- _Data shown_:
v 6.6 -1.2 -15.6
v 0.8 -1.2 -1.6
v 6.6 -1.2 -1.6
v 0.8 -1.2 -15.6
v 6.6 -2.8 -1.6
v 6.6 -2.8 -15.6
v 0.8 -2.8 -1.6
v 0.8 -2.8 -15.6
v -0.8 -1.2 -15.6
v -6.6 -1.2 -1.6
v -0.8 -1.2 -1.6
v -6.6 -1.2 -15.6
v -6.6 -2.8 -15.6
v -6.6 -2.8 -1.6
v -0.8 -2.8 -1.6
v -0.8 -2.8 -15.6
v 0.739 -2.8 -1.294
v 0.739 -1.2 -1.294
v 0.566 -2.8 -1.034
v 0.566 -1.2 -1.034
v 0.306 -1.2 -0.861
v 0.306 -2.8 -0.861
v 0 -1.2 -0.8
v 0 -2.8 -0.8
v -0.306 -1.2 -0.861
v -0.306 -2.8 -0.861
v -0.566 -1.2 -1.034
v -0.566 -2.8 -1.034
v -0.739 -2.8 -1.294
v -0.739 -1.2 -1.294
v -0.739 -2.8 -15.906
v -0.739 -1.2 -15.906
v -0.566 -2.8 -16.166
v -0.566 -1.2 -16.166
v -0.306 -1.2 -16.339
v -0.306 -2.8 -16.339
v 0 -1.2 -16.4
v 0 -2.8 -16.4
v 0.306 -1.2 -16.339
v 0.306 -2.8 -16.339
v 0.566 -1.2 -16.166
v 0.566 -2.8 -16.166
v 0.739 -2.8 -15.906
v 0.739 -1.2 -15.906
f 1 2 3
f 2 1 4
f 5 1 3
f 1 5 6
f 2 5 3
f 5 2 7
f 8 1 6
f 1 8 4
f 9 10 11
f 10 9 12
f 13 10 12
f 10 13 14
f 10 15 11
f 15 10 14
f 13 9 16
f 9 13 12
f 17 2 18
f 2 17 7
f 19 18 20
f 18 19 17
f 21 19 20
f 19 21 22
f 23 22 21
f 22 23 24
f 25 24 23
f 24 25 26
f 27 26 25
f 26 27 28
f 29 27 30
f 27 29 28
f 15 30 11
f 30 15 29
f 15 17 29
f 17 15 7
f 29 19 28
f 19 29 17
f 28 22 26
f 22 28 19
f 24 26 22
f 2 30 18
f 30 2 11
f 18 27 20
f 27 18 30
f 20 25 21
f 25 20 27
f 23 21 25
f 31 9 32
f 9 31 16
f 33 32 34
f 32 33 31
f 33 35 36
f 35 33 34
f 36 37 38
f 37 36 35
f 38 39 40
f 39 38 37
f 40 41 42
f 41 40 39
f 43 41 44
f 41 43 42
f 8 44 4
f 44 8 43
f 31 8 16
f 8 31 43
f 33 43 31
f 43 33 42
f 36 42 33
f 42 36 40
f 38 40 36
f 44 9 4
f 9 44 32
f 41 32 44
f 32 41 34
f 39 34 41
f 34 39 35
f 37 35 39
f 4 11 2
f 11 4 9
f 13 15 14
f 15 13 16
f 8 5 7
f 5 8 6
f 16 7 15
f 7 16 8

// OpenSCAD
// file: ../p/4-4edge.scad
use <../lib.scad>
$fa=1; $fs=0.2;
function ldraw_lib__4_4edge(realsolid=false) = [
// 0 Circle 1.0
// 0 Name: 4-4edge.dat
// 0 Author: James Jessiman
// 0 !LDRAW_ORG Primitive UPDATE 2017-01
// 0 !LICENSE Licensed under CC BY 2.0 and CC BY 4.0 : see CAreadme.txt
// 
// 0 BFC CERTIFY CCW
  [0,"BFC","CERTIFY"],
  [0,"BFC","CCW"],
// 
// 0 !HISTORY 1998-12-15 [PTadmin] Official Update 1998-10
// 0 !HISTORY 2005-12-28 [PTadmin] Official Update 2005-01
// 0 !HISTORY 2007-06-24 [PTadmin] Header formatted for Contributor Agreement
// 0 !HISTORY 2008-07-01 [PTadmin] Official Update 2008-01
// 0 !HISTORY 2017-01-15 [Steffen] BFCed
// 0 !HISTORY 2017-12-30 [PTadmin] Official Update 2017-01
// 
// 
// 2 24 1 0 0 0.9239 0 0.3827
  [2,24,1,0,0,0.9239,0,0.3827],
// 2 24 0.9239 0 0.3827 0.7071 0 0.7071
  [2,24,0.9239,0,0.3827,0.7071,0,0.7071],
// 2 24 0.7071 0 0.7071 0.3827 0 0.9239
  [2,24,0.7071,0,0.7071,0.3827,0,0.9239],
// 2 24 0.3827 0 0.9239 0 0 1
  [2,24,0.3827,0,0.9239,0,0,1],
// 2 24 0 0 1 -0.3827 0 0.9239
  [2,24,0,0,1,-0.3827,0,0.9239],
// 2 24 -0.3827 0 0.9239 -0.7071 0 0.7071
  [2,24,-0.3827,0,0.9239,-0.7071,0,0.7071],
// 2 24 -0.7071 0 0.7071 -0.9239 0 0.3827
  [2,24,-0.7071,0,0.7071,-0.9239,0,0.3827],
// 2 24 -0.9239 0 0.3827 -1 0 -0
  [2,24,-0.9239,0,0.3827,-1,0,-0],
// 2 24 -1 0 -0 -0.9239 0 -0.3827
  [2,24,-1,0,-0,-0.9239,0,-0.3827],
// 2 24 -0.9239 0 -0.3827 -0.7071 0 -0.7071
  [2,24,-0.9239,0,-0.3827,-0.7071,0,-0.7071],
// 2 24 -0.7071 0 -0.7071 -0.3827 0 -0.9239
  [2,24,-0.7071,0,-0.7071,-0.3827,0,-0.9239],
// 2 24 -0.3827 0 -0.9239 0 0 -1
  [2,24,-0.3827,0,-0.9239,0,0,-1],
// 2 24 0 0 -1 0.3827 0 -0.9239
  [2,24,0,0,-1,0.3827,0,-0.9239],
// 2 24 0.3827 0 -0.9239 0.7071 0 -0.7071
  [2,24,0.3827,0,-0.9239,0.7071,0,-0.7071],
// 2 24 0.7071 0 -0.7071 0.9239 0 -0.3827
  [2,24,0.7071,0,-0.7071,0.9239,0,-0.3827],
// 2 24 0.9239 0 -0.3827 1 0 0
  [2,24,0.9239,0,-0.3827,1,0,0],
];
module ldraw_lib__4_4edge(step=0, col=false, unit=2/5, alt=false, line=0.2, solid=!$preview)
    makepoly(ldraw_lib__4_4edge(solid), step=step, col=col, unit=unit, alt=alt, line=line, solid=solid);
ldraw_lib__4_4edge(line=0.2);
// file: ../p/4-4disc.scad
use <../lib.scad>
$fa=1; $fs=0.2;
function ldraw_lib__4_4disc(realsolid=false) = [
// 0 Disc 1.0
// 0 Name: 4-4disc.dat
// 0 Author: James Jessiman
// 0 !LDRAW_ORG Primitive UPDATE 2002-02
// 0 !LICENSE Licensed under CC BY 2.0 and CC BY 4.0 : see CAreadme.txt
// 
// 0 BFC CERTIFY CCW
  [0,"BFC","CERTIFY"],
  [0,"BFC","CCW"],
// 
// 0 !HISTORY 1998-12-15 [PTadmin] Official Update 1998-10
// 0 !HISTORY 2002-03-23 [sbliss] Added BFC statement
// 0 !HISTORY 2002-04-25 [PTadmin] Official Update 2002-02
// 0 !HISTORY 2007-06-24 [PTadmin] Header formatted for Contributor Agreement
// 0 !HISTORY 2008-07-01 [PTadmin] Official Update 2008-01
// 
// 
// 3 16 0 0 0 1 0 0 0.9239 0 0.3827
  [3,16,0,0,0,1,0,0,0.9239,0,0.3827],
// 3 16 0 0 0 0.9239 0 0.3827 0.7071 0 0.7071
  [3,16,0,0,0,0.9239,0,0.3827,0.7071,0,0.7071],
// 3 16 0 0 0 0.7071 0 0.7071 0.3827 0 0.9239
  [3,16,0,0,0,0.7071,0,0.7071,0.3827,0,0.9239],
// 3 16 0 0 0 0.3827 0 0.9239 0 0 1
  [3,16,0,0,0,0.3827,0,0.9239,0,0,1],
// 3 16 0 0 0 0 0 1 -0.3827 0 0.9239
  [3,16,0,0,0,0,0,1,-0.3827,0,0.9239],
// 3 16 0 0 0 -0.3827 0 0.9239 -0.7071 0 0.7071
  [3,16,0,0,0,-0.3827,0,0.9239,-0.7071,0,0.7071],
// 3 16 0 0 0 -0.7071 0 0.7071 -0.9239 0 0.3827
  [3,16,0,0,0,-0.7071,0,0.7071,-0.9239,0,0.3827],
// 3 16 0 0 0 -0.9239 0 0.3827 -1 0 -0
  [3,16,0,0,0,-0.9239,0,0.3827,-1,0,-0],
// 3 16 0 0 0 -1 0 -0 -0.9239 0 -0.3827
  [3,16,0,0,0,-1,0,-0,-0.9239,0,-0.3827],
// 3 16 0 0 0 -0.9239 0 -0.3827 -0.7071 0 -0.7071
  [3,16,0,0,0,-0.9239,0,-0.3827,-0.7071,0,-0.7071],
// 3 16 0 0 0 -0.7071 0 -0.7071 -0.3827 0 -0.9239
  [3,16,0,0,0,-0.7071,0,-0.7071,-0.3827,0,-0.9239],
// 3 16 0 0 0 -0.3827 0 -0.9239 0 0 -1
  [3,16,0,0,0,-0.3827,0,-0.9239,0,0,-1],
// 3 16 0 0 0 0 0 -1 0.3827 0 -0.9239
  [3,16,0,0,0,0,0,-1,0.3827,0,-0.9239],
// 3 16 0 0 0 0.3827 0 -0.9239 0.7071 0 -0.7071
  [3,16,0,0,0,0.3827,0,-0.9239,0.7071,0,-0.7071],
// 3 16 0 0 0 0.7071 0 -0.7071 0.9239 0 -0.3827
...
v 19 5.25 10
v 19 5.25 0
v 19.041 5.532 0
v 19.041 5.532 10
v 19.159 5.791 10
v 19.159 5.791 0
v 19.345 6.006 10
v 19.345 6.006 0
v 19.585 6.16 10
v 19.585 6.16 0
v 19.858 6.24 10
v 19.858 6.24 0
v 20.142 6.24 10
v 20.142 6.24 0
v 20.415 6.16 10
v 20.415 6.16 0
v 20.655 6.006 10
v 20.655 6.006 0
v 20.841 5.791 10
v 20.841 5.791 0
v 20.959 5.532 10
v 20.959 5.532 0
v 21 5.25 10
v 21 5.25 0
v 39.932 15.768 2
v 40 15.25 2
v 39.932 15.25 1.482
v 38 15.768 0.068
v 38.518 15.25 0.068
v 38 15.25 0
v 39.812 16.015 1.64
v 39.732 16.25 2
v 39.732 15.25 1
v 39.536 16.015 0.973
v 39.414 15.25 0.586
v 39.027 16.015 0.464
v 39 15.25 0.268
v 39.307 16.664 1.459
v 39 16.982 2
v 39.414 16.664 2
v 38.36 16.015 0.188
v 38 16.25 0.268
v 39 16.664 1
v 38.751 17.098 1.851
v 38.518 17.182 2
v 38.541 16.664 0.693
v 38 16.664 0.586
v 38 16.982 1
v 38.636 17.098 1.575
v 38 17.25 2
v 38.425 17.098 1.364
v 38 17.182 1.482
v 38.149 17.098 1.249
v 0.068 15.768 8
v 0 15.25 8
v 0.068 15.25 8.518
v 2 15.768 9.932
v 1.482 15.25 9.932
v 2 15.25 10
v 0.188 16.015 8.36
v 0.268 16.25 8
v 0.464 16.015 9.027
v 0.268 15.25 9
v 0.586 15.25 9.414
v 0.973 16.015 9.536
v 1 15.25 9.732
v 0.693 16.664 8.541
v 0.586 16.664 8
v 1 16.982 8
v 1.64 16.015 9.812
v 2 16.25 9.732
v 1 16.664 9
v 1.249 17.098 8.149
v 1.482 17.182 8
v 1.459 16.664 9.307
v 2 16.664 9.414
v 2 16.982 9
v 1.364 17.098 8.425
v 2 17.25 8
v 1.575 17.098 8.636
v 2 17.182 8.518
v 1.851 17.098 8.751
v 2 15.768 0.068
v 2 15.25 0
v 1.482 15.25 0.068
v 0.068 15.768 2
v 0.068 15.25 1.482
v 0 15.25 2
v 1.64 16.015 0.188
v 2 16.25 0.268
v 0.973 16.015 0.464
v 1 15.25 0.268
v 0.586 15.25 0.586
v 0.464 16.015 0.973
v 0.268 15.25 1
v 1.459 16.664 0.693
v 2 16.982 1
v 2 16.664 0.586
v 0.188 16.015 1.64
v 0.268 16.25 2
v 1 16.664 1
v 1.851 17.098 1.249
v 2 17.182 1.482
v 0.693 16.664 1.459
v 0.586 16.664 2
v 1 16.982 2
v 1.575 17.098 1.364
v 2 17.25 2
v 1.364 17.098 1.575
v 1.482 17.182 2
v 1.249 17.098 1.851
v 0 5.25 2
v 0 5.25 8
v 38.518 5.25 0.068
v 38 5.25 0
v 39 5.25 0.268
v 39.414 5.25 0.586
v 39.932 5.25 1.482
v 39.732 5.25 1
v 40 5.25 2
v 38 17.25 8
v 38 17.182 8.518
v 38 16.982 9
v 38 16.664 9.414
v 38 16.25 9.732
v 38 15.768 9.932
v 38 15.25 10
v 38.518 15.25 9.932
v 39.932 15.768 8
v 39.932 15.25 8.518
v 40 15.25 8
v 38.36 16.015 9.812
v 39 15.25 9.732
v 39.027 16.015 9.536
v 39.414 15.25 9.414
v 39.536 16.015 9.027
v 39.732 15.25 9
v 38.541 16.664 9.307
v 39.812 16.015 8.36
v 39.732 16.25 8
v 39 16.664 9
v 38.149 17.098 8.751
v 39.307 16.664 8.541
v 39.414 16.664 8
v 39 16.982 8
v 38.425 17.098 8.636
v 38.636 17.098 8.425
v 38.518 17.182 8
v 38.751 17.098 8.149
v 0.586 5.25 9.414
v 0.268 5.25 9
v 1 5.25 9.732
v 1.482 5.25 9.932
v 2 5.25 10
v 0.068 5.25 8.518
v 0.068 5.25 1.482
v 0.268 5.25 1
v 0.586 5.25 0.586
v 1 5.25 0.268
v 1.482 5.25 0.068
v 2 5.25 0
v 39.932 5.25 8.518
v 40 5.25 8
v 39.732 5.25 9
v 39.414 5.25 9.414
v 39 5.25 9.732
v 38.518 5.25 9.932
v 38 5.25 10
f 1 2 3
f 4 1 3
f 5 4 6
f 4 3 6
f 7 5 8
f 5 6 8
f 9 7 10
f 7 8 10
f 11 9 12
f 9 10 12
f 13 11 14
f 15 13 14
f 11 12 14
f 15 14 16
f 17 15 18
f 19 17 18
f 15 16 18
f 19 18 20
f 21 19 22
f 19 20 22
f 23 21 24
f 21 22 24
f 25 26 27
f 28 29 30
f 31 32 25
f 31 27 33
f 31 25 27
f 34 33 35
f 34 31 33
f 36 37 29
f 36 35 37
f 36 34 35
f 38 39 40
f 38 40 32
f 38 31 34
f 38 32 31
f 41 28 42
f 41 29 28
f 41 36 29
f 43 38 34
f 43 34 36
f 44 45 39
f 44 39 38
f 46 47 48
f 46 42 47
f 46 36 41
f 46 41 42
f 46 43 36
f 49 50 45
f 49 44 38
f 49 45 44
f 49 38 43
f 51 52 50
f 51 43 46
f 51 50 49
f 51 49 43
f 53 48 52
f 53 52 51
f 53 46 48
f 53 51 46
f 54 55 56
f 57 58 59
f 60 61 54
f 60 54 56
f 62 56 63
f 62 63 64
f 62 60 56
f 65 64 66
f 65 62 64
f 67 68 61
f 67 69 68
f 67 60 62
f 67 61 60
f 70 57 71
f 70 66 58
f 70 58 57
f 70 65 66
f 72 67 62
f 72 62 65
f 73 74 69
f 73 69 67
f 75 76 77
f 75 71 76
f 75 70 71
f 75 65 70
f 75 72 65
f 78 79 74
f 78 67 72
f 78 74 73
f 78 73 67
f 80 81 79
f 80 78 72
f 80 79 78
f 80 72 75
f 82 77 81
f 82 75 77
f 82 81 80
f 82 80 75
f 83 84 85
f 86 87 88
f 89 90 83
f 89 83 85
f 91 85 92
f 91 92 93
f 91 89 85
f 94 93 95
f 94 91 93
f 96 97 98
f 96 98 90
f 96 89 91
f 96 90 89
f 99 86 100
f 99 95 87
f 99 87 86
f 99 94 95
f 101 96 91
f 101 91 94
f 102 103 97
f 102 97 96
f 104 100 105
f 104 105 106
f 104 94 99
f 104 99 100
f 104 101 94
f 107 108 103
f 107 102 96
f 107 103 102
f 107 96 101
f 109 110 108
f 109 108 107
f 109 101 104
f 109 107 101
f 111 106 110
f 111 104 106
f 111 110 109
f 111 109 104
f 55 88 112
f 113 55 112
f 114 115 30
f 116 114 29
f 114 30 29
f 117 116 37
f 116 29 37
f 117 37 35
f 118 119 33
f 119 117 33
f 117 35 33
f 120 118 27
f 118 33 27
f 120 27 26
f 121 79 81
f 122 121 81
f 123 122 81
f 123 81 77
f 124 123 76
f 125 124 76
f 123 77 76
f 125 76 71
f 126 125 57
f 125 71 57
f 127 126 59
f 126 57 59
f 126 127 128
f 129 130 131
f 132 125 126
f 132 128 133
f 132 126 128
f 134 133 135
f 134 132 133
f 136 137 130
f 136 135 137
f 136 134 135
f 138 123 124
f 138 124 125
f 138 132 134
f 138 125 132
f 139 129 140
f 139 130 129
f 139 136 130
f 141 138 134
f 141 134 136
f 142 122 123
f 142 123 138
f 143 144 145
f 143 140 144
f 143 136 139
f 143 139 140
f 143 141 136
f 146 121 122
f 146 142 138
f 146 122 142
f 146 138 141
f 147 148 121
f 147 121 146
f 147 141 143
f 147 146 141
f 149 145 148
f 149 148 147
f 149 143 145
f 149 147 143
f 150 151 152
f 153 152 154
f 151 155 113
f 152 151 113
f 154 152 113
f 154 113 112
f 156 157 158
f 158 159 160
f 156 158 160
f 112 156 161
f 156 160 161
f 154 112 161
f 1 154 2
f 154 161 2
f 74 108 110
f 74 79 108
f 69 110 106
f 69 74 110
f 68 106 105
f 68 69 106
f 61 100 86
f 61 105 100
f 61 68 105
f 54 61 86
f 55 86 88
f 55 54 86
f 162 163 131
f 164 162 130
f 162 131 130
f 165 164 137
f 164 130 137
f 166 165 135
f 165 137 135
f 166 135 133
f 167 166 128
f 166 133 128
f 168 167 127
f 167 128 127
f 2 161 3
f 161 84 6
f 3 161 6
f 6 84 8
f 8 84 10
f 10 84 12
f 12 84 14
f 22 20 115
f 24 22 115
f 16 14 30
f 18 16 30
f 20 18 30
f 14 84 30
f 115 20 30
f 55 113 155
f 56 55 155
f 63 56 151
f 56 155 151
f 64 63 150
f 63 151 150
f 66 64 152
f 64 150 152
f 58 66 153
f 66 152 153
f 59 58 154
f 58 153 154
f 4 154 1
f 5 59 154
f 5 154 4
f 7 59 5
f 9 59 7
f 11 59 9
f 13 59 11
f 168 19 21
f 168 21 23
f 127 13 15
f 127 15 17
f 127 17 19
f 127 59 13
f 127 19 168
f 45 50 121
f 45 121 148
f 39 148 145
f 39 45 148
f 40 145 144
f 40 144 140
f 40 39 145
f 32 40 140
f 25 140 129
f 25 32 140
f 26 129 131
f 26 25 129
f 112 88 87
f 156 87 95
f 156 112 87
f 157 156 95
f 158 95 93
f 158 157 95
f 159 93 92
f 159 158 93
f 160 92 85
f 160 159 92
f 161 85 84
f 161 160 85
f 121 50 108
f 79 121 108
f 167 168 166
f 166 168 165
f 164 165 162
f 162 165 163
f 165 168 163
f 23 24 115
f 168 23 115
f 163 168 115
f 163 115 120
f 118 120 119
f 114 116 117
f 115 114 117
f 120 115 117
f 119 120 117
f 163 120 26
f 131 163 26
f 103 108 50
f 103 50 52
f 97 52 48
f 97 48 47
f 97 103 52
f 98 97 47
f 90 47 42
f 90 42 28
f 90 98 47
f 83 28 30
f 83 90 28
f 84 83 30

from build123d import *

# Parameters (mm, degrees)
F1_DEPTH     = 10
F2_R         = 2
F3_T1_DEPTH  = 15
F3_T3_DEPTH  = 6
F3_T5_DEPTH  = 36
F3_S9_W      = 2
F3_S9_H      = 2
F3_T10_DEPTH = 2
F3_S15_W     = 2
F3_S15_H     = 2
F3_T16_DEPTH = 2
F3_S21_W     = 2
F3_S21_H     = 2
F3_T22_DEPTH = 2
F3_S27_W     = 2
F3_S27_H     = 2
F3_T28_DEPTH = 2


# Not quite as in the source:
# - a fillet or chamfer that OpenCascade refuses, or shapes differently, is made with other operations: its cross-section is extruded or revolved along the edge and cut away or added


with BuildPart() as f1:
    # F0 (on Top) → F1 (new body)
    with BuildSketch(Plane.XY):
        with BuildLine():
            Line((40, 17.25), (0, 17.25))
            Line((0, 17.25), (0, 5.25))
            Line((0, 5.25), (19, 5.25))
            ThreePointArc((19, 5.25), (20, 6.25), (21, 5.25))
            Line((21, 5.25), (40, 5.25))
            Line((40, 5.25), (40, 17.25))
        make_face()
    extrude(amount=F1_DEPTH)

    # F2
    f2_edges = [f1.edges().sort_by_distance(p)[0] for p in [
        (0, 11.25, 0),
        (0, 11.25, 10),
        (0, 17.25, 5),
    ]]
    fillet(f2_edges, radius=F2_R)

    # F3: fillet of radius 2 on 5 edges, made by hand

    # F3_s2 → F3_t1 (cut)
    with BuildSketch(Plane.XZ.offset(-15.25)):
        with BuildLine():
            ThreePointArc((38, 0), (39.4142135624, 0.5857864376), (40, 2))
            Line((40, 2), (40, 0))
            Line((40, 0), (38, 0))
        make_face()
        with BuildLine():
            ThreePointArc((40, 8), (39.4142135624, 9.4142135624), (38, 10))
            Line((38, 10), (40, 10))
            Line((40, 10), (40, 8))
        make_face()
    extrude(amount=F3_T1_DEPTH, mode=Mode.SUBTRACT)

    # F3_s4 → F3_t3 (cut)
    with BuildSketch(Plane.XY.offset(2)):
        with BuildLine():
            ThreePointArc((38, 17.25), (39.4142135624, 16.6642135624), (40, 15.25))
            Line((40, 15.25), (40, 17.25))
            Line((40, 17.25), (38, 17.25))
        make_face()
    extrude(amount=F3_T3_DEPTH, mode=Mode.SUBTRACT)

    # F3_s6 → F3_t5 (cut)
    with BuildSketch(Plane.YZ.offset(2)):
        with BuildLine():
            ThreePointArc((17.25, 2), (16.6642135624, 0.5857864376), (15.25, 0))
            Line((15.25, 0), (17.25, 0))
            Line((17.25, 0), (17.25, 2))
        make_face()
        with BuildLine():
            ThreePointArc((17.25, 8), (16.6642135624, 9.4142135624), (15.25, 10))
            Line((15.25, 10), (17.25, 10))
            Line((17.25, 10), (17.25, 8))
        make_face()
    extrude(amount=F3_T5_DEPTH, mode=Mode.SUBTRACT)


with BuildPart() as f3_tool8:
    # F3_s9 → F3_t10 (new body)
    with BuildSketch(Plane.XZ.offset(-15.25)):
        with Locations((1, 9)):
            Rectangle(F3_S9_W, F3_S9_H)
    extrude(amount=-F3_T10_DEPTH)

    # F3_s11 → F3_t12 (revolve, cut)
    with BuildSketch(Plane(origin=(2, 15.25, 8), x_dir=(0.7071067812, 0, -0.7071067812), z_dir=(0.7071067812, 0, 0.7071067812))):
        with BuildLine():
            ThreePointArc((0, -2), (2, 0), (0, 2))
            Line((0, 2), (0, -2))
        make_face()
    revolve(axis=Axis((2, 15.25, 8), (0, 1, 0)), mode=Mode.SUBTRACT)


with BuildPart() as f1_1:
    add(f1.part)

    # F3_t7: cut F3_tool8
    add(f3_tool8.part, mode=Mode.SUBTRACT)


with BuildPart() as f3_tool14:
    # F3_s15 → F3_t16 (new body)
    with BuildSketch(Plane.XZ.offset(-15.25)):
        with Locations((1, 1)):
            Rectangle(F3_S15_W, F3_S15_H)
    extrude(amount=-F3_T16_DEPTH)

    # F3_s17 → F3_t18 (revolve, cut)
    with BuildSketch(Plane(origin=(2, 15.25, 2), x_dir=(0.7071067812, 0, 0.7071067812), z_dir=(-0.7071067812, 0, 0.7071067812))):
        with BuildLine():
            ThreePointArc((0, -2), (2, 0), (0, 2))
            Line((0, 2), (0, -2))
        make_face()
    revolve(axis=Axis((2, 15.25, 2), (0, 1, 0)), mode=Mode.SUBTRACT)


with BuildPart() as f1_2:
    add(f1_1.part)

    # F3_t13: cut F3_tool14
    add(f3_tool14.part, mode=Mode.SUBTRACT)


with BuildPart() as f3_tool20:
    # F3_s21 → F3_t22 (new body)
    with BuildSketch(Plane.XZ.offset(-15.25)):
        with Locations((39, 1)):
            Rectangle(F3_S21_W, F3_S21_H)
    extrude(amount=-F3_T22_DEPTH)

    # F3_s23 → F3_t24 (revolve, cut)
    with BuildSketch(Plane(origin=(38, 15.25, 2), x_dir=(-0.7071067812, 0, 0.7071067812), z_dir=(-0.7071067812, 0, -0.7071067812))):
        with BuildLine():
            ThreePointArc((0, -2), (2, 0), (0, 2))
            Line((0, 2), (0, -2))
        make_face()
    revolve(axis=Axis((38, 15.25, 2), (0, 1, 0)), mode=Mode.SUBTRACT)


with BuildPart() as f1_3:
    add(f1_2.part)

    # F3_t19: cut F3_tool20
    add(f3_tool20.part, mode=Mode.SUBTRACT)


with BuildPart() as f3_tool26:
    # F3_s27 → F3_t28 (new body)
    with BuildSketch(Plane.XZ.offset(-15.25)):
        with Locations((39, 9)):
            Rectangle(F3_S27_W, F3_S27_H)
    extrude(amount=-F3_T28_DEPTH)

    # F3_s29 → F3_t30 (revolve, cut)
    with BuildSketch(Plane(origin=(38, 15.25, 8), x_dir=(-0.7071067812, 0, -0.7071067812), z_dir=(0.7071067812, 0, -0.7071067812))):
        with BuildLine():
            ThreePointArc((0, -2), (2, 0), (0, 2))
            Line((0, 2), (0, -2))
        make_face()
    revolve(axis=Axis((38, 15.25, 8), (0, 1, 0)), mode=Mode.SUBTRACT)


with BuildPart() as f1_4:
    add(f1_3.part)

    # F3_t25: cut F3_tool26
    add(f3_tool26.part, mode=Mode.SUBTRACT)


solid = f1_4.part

- _Problem to work on_: Would you please repeat exactly the lines above, starting at the line with "f 136 137 130" and stopping at the line with "f 156 158 160", both included?

- _Task output_:
f 136 137 130
f 136 135 137
f 136 134 135
f 138 123 124
f 138 124 125
f 138 132 134
f 138 125 132
f 139 129 140
f 139 130 129
f 139 136 130
f 141 138 134
f 141 134 136
f 142 122 123
f 142 123 138
f 143 144 145
f 143 140 144
f 143 136 139
f 143 139 140
f 143 141 136
f 146 121 122
f 146 142 138
f 146 122 142
f 146 138 141
f 147 148 121
f 147 121 146
f 147 141 143
f 147 146 141
f 149 145 148
f 149 148 147
f 149 143 145
f 149 147 143
f 150 151 152
f 153 152 154
f 151 155 113
f 152 151 113
f 154 152 113
f 154 113 112
f 156 157 158
f 158 159 160
f 156 158 160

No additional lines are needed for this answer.